Craig Carton sits in the newly redesigned studio for the...

Craig Carton sits in the newly redesigned studio for the Carlton and Roberts simulcast at SNY on May 24, 2021. Credit: Corey Sipkin

Craig Carton had one professional concern above all others when he returned to WFAN in 2020 after three years away — one of which he spent in prison.

“My single biggest fear was, I could do the greatest radio show I’ve ever done, but does anybody want to hear it?” Carton told Newsday on Friday in a telephone interview en route to his final show at the station.

“Are they willing to listen to it? Are they willing to view me in the same way they viewed me before I got in trouble? In pretty quick order, we learned that the audience was there.”

Carton and his new partner, Evan Roberts, quickly became a hit in the ratings.

“I do take great pride in that, that I was able to do it in morning drive and then do it again in afternoon drive at such a special radio station in New York City,” Carton said.

After nine months of working two jobs — mornings on FS1 and afternoons on WFAN — Carton opted to stick with the former and give up the latter for the sake of a saner lifestyle and quality time with his family, including four children ages 12 to 22.

His recent schedule was unsustainable, but leaving WFAN still was an emotional decision.

“While I’m really excited and looking forward to the opportunity at Fox and doing that exclusively, truth be told, the FAN is my home, and has been for 13 out of the last 16 years,” he said.

“I’m very well aware that without WFAN extending me the opportunity to come back once I was released [from prison] and trying to restart a life both personally and professionally, that nothing else would have happened.

“So I guess I’m really just being nostalgic about my time at WFAN and the experiences I had there and how special the radio station has been to me and, frankly, how good it’s been to me.”

Carton credited in particular Chris Oliviero, an executive at Audacy, WFAN’s parent company, for having the faith to bring him back after he was arrested in 2017 on federal fraud charges — ending his 10-year run on the morning show.

Would Carton have made a different decision if WFAN had matched the salary FS1 was able and willing to pay him?

“It’s hard to answer that question, because that’s not what I was faced with,” he said. “Listen, leaving FAN is obviously difficult for me to do. It was just kind of the planets aligned in a manner where it seemed like if I was ever going to do it on my own accord, this was the right time and the right place to do it.”

Boomer Esiason, Jerry Recco and Al Dukes, Carton’s former morning show colleagues, called in to the final show, as did his morning successor, Gregg Giannotti, and his former radio colleague, Sid Rosenberg.

So did former New Jersey governor Chris Christie, former Yankees and Mets pitcher Al Leiter and Yankees manager Aaron Boone, who said: “It’s nice to have so many good options you just can’t decide where you want to lay your head. All these things to choose from. Must be nice.”

Said Esiason: “It was great to have you back and now it’s bad to lose you. We hate losing you.”

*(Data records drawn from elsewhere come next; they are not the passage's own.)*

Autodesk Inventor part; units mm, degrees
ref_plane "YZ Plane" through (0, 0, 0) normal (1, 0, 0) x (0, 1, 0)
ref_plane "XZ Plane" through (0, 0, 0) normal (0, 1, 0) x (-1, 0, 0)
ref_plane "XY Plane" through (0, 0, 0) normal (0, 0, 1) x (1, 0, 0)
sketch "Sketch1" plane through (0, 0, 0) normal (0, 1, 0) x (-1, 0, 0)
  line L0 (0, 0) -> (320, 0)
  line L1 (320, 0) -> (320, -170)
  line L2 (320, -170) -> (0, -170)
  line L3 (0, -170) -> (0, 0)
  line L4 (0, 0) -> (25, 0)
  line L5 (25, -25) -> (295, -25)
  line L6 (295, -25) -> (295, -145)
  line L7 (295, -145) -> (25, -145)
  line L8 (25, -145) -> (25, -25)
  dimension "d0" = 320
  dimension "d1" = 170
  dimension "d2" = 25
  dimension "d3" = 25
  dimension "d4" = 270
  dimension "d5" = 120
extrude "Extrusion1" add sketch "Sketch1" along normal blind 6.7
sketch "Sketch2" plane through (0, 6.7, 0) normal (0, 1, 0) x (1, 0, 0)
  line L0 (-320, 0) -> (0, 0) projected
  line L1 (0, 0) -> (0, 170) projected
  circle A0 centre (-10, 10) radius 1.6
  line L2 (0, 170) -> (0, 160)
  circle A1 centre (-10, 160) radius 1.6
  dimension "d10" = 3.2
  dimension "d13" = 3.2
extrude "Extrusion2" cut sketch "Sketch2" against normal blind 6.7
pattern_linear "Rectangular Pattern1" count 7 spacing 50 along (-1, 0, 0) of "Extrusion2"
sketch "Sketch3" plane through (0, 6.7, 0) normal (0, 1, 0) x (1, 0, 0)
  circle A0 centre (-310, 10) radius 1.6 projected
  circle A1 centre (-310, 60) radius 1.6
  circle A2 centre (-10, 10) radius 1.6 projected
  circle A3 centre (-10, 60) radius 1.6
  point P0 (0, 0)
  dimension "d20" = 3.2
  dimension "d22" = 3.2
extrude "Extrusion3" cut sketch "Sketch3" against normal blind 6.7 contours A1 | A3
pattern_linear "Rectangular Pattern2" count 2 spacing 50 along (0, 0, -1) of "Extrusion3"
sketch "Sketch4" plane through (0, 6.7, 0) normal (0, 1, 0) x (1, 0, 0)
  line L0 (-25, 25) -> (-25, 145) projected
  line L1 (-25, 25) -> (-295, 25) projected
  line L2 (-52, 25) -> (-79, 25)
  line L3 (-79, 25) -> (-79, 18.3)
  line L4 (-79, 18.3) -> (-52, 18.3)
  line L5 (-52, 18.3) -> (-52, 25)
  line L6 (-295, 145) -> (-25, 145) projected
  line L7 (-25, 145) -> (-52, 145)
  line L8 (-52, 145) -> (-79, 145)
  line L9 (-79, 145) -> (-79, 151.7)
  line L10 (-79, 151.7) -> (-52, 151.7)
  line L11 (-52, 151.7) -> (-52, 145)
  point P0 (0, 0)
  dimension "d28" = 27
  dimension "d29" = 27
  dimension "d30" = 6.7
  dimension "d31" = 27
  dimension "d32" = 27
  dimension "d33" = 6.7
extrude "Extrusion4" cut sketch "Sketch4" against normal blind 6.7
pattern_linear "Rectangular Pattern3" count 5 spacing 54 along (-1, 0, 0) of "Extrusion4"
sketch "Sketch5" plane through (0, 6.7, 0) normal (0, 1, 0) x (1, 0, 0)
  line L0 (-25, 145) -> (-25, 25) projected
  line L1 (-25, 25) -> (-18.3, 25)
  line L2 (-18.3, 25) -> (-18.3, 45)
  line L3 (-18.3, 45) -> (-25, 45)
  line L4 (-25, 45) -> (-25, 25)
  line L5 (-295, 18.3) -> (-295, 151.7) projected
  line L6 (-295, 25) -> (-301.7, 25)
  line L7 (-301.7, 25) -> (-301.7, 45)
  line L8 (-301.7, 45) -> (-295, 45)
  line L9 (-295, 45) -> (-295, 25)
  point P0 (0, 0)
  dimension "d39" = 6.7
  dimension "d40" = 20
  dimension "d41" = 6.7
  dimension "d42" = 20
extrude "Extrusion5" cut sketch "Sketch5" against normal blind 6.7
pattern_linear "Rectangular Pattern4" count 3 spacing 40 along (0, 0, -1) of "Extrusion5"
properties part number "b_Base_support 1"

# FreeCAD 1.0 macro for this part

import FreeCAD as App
import Part
import Sketcher

V = App.Vector


def add_polygon(sketch, points):
    """Adds a closed chain of lines whose ends are joined by coincident constraints."""
    first, n = sketch.GeometryCount, len(points)
    for a, b in zip(points, points[1:] + points[:1]):
        sketch.addGeometry(Part.LineSegment(App.Vector(*a, 0), App.Vector(*b, 0)), False)
    for i in range(n):
        sketch.addConstraint(Sketcher.Constraint("Coincident", first + i, 2, first + (i + 1) % n, 1))

doc = App.newDocument("Part")
body = doc.addObject("PartDesign::Body", "Body")

sketch1 = body.newObject("Sketcher::SketchObject", "Sketch")
sketch1.AttachmentSupport = (doc.getObject("XZ_Plane"), [""])
sketch1.MapMode = "FlatFace"
add_polygon(sketch1, [(-320, 0), (0, 0), (0, -170), (-320, -170)])
add_polygon(sketch1, [(-25, -145), (-25, -25), (-295, -25), (-295, -145)])
sketch1.addConstraint([
    Sketcher.Constraint("Horizontal", 0),
    Sketcher.Constraint("Vertical", 1),
    Sketcher.Constraint("Horizontal", 2),
    Sketcher.Constraint("Vertical", 3),
    Sketcher.Constraint("Vertical", 4),
    Sketcher.Constraint("Horizontal", 5),
    Sketcher.Constraint("Vertical", 6),
    Sketcher.Constraint("Horizontal", 7),
    Sketcher.Constraint("Coincident", 0, 2, -1, 1),
    Sketcher.Constraint("DistanceX", 0, 1, 0, 2, 320.0),
    Sketcher.Constraint("DistanceX", 5, 2, 5, 1, 270.0),
    Sketcher.Constraint("DistanceY", 1, 2, 1, 1, 170.0),
    Sketcher.Constraint("DistanceY", 4, 1, 4, 2, 120.0),
    Sketcher.Constraint("DistanceX", 4, 2, -1, 1, 25.0),
    Sketcher.Constraint("DistanceY", 4, 2, -1, 1, 25.0),
])
pad1 = body.newObject("PartDesign::Pad", "Pad")
pad1.Profile = sketch1
pad1.Length = 6.7
pad1.Reversed = True

sketch2 = body.newObject("Sketcher::SketchObject", "Sketch001")
sketch2.AttachmentSupport = (doc.getObject("XZ_Plane"), [""])
sketch2.MapMode = "FlatFace"
sketch2.AttachmentOffset = App.Placement(V(0, 0, -6.7), App.Rotation())
sketch2.addGeometry([
    Part.Circle(V(-10, -10, 0), V(0, 0, 1), 1.6),
    Part.Circle(V(-10, -160, 0), V(0, 0, 1), 1.6),
], False)
sketch2.addConstraint([
    Sketcher.Constraint("Equal", 0, 1),
    Sketcher.Constraint("Vertical", 0, 3, 1, 3),
    Sketcher.Constraint("Diameter", 0, 3.2),
    Sketcher.Constraint("DistanceX", 0, 3, -1, 1, 10.0),
    Sketcher.Constraint("DistanceY", 0, 3, -1, 1, 10.0),
    Sketcher.Constraint("DistanceY", 1, 3, -1, 1, 160.0),
])
pocket1 = body.newObject("PartDesign::Pocket", "Pocket")
pocket1.Profile = sketch2
pocket1.Length = 6.7
pocket1.Reversed = True
doc.recompute()

linearpattern = body.newObject("PartDesign::LinearPattern", "LinearPattern")
linearpattern.Originals = [pocket1]
linearpattern.Direction = (doc.getObject("X_Axis"), [""])
linearpattern.Mode = "offset"
linearpattern.Offset = 50
linearpattern.Occurrences = 7
linearpattern.Reversed = True
body.Tip = linearpattern

sketch3 = body.newObject("Sketcher::SketchObject", "Sketch002")
sketch3.AttachmentSupport = (doc.getObject("XZ_Plane"), [""])
sketch3.MapMode = "FlatFace"
sketch3.AttachmentOffset = App.Placement(V(0, 0, -6.7), App.Rotation())
sketch3.addGeometry([
    Part.Circle(V(-310, -60, 0), V(0, 0, 1), 1.6),
    Part.Circle(V(-10, -60, 0), V(0, 0, 1), 1.6),
], False)
sketch3.addConstraint([
    Sketcher.Constraint("Equal", 0, 1),
    Sketcher.Constraint("Horizontal", 0, 3, 1, 3),
    Sketcher.Constraint("Diameter", 0, 3.2),
    Sketcher.Constraint("DistanceX", 0, 3, -1, 1, 310.0),
    Sketcher.Constraint("DistanceY", 0, 3, -1, 1, 60.0),
    Sketcher.Constraint("DistanceX", 1, 3, -1, 1, 10.0),
])
pocket2 = body.newObject("PartDesign::Pocket", "Pocket001")
pocket2.Profile = sketch3
pocket2.Length = 6.7
pocket2.Reversed = True
doc.recompute()

linearpattern2 = body.newObject("PartDesign::LinearPattern", "LinearPattern001")
linearpattern2.Originals = [pocket2]
linearpattern2.Direction = (doc.getObject("Z_Axis"), [""])
linearpattern2.Mode = "offset"
linearpattern2.Offset = 50
linearpattern2.Occurrences = 2
linearpattern2.Reversed = True
body.Tip = linearpattern2

sketch4 = body.newObject("Sketcher::SketchObject", "Sketch003")
sketch4.AttachmentSupport = (doc.getObject("XZ_Plane"), [""])
sketch4.MapMode = "FlatFace"
sketch4.AttachmentOffset = App.Placement(V(0, 0, -6.7), App.Rotation())
add_polygon(sketch4, [(-79, -145), (-52, -145), (-52, -152), (-79, -152)])
add_polygon(sketch4, [(-52, -18), (-52, -25), (-79, -25), (-79, -18)])
sketch4.addConstraint([
    Sketcher.Constraint("Horizontal", 0),
    Sketcher.Constraint("Vertical", 1),
    Sketcher.Constraint("Horizontal", 2),
    Sketcher.Constraint("Vertical", 3),
    Sketcher.Constraint("Vertical", 4),
    Sketcher.Constraint("Horizontal", 5),
    Sketcher.Constraint("Vertical", 6),
    Sketcher.Constraint("Horizontal", 7),
    Sketcher.Constraint("Vertical", 1, 2, 4, 2),
    Sketcher.Constraint("Vertical", 3, 2, 5, 2),
    Sketcher.Constraint("Equal", 3, 4),
    Sketcher.Constraint("DistanceX", 0, 1, 0, 2, 27.0),
    Sketcher.Constraint("DistanceY", 1, 2, 1, 1, 6.7),
    Sketcher.Constraint("DistanceX", 0, 2, -1, 1, 52.0),
    Sketcher.Constraint("DistanceY", 0, 2, -1, 1, 145.0),
    Sketcher.Constraint("DistanceY", 4, 2, -1, 1, 25.0),
])
pocket3 = body.newObject("PartDesign::Pocket", "Pocket002")
pocket3.Profile = sketch4
pocket3.Length = 6.7
pocket3.Reversed = True
doc.recompute()

linearpattern3 = body.newObject("PartDesign::LinearPattern", "LinearPattern002")
linearpattern3.Originals = [pocket3]
linearpattern3.Direction = (doc.getObject("X_Axis"), [""])
linearpattern3.Mode = "offset"
linearpattern3.Offset = 54
linearpattern3.Occurrences = 5
linearpattern3.Reversed = True
body.Tip = linearpattern3

sketch5 = body.newObject("Sketcher::SketchObject", "Sketch004")
sketch5.AttachmentSupport = (doc.getObject("XZ_Plane"), [""])
sketch5.MapMode = "FlatFace"
sketch5.AttachmentOffset = App.Placement(V(0, 0, -6.7), App.Rotation())
add_polygon(sketch5, [(-18, -45), (-25, -45), (-25, -25), (-18, -25)])
add_polygon(sketch5, [(-302, -25), (-295, -25), (-295, -45), (-302, -45)])
sketch5.addConstraint([
    Sketcher.Constraint("Horizontal", 0),
    Sketcher.Constraint("Vertical", 1),
    Sketcher.Constraint("Horizontal", 2),
    Sketcher.Constraint("Vertical", 3),
    Sketcher.Constraint("Horizontal", 4),
    Sketcher.Constraint("Vertical", 5),
    Sketcher.Constraint("Horizontal", 6),
    Sketcher.Constraint("Vertical", 7),
    Sketcher.Constraint("Horizontal", 2, 2, 4, 2),
    Sketcher.Constraint("Horizontal", 3, 2, 5, 2),
    Sketcher.Constraint("Equal", 2, 4),
    Sketcher.Constraint("DistanceY", 1, 1, 1, 2, 20.0),
    Sketcher.Constraint("DistanceX", 0, 2, 0, 1, 6.7),
    Sketcher.Constraint("DistanceX", 0, 2, -1, 1, 25.0),
    Sketcher.Constraint("DistanceY", 0, 2, -1, 1, 45.0),
    Sketcher.Constraint("DistanceX", 4, 2, -1, 1, 295.0),
])
pocket4 = body.newObject("PartDesign::Pocket", "Pocket003")
pocket4.Profile = sketch5
pocket4.Length = 6.7
pocket4.Reversed = True
doc.recompute()

linearpattern4 = body.newObject("PartDesign::LinearPattern", "LinearPattern003")
linearpattern4.Originals = [pocket4]
linearpattern4.Direction = (doc.getObject("Z_Axis"), [""])
linearpattern4.Mode = "offset"
linearpattern4.Offset = 40
linearpattern4.Occurrences = 3
linearpattern4.Reversed = True
body.Tip = linearpattern4

doc.recompute()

WFAN’s new show featuring Roberts and Tiki Barber will debut on July 24.

Carton closed Friday’s show by thanking his colleagues and listeners for giving him a second chance.

In the Newsday interview, he said: “I just look forward to being able to have some level of a normal life, because I certainly spent enough years not living a normal life.

“So just the ability to have a routine that allows me to be home and eat dinner with my family and see my kids and have some time to breathe, I am looking forward to that, for sure.”